Procedure: Donor Lymphocyte Harvest
Apheresis
Procedure: Donor Hematopoietic Stem Cell Harvest
Following lymphocyte harvest, donors for recipients will undergo stem cell mobilization and harvest.
Recipients
Recipients undergo induction therapy, allogeneic stem cell therapy and GVHD prophylaxis.
Drug: Pentostatin
Pentostatin: 2- 4mg/m^2(CrCL based dosing) intravenous (IV) on days 1, 8, and 15
Other Name: Nipent
Drug: Sirolimus
Sirolimus: 4 mg by mouth (PO) on days -3 to +7 post-transplant (No Sirolimus administered after day 7 post-stem cell transplant (SCT))
Other Name: Rapamune
Drug: Cyclophosphamide
Cyclosporine: 2 mg/kg every 12 hours PO or IV starting on day -4 of hematopoietic stem cell transplant (HSCT)
Other Name: Cytoxan
Procedure: Allogeneic Hematopoietic Stem Cell Transplant (HSCT)
Allogeneic Hematopoietic Stem Cell Transplant
Procedure: Th2 rapa cells
Th2 rapa cell Transplantation
Procedure: Induction Therapy
Pentostatin and cyclophosphamide (PC) conditioning regimen.
Procedure: GVHD prophylaxis
Short course of sirolimus plus maintenance therapy with sirolimus A.

  Show Detailed Description

  Eligibility

Ages Eligible for Study:   18 Years to 75 Years   (Adult, Senior)
Sexes Eligible for Study:   All
Accepts Healthy Volunteers:   No
Criteria
  • INCLUSION CRITERIA: Recipient

Diagnosis of metastatic renal cell carcinoma, either clear cell type or non-clear cell type. The diagnosis must be confirmed by the Laboratory of Pathology of National Cancer Institute (NCI) or Hackensack (there will be no central pathology review).

The consent process will include a discussion of the potential role of high-dose interleukin-2 (IL-2) therapy prior to protocol enrollment. High-dose IL-2 therapy is not widely available, but may be available on an NCI protocol (Dr. Yang) or through Dr. Alter for Hackensack patients. IL-2 therapy may also be administered by any other qualified physician; the Novartis web-site has a list of such physicians. For subjects who are deemed to be eligible for high-dose IL-2 and elect to receive this therapy, such subjects must have progressive disease post-IL-2 to enter this study; such subjects must also have received and have had progressive disease after therapy with one of the agents listed below.

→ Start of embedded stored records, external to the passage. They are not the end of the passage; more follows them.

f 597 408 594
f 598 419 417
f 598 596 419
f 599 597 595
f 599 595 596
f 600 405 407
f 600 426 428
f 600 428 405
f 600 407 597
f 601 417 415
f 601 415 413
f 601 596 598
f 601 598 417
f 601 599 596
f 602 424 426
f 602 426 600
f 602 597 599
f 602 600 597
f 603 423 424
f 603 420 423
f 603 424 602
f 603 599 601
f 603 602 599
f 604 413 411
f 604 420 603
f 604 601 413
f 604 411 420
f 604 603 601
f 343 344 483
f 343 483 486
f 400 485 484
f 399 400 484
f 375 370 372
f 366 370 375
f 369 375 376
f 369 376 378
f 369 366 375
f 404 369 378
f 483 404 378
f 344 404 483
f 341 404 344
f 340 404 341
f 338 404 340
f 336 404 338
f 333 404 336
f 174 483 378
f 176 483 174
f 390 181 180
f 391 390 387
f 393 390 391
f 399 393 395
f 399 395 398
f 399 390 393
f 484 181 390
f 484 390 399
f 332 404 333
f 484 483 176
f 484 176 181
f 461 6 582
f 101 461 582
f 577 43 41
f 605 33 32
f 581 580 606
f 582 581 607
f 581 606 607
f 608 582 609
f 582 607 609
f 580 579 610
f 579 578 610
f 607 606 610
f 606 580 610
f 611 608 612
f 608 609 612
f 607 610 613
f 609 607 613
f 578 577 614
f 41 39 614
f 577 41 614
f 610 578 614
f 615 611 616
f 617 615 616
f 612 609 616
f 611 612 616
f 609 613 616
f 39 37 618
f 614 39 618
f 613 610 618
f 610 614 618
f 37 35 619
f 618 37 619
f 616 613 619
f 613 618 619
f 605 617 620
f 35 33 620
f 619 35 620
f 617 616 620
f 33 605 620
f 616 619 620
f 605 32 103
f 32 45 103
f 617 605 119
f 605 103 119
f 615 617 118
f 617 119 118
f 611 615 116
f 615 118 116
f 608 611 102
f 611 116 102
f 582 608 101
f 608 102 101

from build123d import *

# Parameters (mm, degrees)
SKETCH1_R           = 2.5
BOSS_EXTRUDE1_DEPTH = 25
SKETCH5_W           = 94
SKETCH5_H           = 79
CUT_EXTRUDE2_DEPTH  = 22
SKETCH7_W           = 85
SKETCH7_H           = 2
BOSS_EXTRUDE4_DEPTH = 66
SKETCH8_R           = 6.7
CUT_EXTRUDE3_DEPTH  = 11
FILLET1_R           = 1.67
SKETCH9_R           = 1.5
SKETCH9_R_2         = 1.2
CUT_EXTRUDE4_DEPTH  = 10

Subject must have progressive disease after therapy consisting of one of the following Food and Drug Administration (FDA)-approved agents: sorafenib, sunitinib, or temsirolimus.

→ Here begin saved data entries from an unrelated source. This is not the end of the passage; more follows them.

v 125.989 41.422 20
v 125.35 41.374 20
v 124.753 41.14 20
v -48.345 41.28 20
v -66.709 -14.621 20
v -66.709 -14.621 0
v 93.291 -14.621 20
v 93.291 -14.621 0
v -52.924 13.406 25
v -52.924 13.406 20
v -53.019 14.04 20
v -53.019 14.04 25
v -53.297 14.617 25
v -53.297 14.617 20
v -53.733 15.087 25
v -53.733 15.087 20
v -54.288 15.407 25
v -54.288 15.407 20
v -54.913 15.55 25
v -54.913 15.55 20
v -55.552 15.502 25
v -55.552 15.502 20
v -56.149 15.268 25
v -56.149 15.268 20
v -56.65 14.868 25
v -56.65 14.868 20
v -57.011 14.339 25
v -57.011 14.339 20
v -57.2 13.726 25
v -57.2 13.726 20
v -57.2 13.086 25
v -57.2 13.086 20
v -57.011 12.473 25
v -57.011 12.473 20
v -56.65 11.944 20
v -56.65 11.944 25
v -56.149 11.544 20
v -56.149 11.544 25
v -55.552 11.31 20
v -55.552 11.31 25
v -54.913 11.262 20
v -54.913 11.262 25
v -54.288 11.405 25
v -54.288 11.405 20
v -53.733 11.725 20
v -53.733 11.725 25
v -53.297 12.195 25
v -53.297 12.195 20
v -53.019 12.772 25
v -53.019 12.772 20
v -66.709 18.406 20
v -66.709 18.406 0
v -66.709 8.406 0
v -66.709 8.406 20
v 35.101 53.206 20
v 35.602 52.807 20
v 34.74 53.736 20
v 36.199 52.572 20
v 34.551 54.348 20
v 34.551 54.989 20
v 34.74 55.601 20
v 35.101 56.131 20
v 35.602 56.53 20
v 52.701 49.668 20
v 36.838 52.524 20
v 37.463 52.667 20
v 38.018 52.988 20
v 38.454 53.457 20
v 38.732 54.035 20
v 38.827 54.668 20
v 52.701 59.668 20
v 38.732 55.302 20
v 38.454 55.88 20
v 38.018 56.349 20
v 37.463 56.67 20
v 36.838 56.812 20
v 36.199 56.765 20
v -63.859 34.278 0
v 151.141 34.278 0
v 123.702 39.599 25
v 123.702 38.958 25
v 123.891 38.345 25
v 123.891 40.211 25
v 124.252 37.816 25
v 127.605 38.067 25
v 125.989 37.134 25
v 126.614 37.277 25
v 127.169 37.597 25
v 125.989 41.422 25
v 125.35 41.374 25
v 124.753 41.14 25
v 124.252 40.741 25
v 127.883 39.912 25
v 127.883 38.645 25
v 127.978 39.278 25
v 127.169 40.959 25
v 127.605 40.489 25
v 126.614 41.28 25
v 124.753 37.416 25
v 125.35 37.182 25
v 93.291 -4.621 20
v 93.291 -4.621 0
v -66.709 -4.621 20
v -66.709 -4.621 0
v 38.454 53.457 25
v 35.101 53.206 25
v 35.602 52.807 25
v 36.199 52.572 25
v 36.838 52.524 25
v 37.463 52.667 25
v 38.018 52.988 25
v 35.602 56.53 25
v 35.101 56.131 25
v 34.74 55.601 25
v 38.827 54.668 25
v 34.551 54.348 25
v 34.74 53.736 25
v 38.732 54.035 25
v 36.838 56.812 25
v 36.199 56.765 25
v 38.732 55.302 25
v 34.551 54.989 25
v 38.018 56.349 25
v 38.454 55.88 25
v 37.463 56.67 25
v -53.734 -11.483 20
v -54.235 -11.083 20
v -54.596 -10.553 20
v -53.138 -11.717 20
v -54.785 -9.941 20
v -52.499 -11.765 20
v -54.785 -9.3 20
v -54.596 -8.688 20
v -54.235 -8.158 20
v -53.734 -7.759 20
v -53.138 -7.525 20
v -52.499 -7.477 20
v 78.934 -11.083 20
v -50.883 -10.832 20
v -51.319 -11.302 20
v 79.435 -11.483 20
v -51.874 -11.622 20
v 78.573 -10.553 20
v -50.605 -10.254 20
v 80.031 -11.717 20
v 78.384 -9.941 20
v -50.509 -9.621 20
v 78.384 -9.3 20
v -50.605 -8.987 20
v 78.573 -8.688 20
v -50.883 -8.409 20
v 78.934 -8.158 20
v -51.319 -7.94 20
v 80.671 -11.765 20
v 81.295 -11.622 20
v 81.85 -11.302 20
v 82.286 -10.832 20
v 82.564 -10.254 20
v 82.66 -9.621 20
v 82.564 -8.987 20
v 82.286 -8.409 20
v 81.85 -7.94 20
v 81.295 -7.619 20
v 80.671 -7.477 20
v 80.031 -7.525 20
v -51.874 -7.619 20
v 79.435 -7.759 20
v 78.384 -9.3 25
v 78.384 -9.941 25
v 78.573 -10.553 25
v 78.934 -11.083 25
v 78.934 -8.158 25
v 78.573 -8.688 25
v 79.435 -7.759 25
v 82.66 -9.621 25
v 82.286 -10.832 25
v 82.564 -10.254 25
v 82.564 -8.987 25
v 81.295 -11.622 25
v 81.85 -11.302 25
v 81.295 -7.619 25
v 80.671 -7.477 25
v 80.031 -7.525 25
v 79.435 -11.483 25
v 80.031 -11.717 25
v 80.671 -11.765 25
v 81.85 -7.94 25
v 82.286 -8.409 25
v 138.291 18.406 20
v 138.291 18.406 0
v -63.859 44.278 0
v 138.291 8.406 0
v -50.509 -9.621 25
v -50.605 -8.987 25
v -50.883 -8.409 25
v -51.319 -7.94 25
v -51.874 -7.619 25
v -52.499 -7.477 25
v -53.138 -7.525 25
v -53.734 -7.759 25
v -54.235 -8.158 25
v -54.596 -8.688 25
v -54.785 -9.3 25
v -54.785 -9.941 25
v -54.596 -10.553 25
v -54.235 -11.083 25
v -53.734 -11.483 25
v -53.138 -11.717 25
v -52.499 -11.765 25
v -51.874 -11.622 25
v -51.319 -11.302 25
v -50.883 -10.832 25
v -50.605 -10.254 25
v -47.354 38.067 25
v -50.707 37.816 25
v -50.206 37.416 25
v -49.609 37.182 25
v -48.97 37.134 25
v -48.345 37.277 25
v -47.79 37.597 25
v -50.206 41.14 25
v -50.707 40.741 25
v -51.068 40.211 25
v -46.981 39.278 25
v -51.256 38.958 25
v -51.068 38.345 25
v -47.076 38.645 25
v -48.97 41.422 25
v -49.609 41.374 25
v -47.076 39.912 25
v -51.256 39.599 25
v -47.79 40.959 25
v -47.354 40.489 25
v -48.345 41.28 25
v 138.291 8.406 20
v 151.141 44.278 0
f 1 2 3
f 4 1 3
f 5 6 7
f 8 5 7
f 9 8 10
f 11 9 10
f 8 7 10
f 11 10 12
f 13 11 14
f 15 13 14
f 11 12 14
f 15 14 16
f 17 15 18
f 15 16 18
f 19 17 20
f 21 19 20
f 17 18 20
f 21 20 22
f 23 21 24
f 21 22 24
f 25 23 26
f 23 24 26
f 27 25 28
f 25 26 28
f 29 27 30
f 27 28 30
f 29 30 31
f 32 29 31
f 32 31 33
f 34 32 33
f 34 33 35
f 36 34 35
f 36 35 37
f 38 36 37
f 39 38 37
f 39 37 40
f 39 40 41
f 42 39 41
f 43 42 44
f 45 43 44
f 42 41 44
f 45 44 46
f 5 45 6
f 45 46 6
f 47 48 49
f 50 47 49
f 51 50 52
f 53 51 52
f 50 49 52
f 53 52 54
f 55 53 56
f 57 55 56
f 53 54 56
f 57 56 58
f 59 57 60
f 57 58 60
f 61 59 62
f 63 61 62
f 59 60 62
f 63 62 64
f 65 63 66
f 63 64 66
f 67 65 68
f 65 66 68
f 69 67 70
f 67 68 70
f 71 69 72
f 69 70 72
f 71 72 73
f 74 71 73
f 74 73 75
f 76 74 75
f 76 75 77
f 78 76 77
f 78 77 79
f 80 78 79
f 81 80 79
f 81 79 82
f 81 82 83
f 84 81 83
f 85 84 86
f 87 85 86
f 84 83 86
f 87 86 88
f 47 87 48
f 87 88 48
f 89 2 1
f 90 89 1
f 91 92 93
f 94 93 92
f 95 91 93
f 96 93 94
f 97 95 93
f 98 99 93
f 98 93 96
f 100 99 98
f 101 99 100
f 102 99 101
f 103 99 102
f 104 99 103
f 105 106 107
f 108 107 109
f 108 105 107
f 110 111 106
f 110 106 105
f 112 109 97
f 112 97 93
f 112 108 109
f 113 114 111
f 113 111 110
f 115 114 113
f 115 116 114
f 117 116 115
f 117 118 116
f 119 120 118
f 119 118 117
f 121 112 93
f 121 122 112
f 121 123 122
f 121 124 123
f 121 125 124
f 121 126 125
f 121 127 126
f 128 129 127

Patients 18 - 75 years of age. Subjects older than 75 will not be enrolled due to an increased rate of transplant-related complications.

Must have consenting sibling matched at 6/6 human leukocyte antigen (HLA) antigens (A, B, DR).

Patient or legal guardian must be able to give informed consent.

All previous therapy must be completed at least 2 weeks prior to study entry. Any grade 3 or 4 non-hematologic toxicity of any previous therapy must have resolved to grade 2 or less.

Karnofsky performance status greater than or equal to 80%.

Life expectancy of at least 3 months.

Left ventricular ejection fraction greater than 40% (multi-gated acquisition scan (MUGA) or echo) within 28 days of enrollment.

Carbon monoxide diffusing capacity (DLCO) greater than 50% of expected value (hemoglobin (Hb) corrected), obtained within 28 days of enrollment.

Creatinine clearance greater than or equal to 40 ml/min. Creatinine clearance will be determined by testing of a 24 hour urine collection and simultaneous serum creatinine value. In previous studies, the creatine clearance of patients with metastatic renal cell cancer who underwent nephrectomy was 53 plus or minus 19.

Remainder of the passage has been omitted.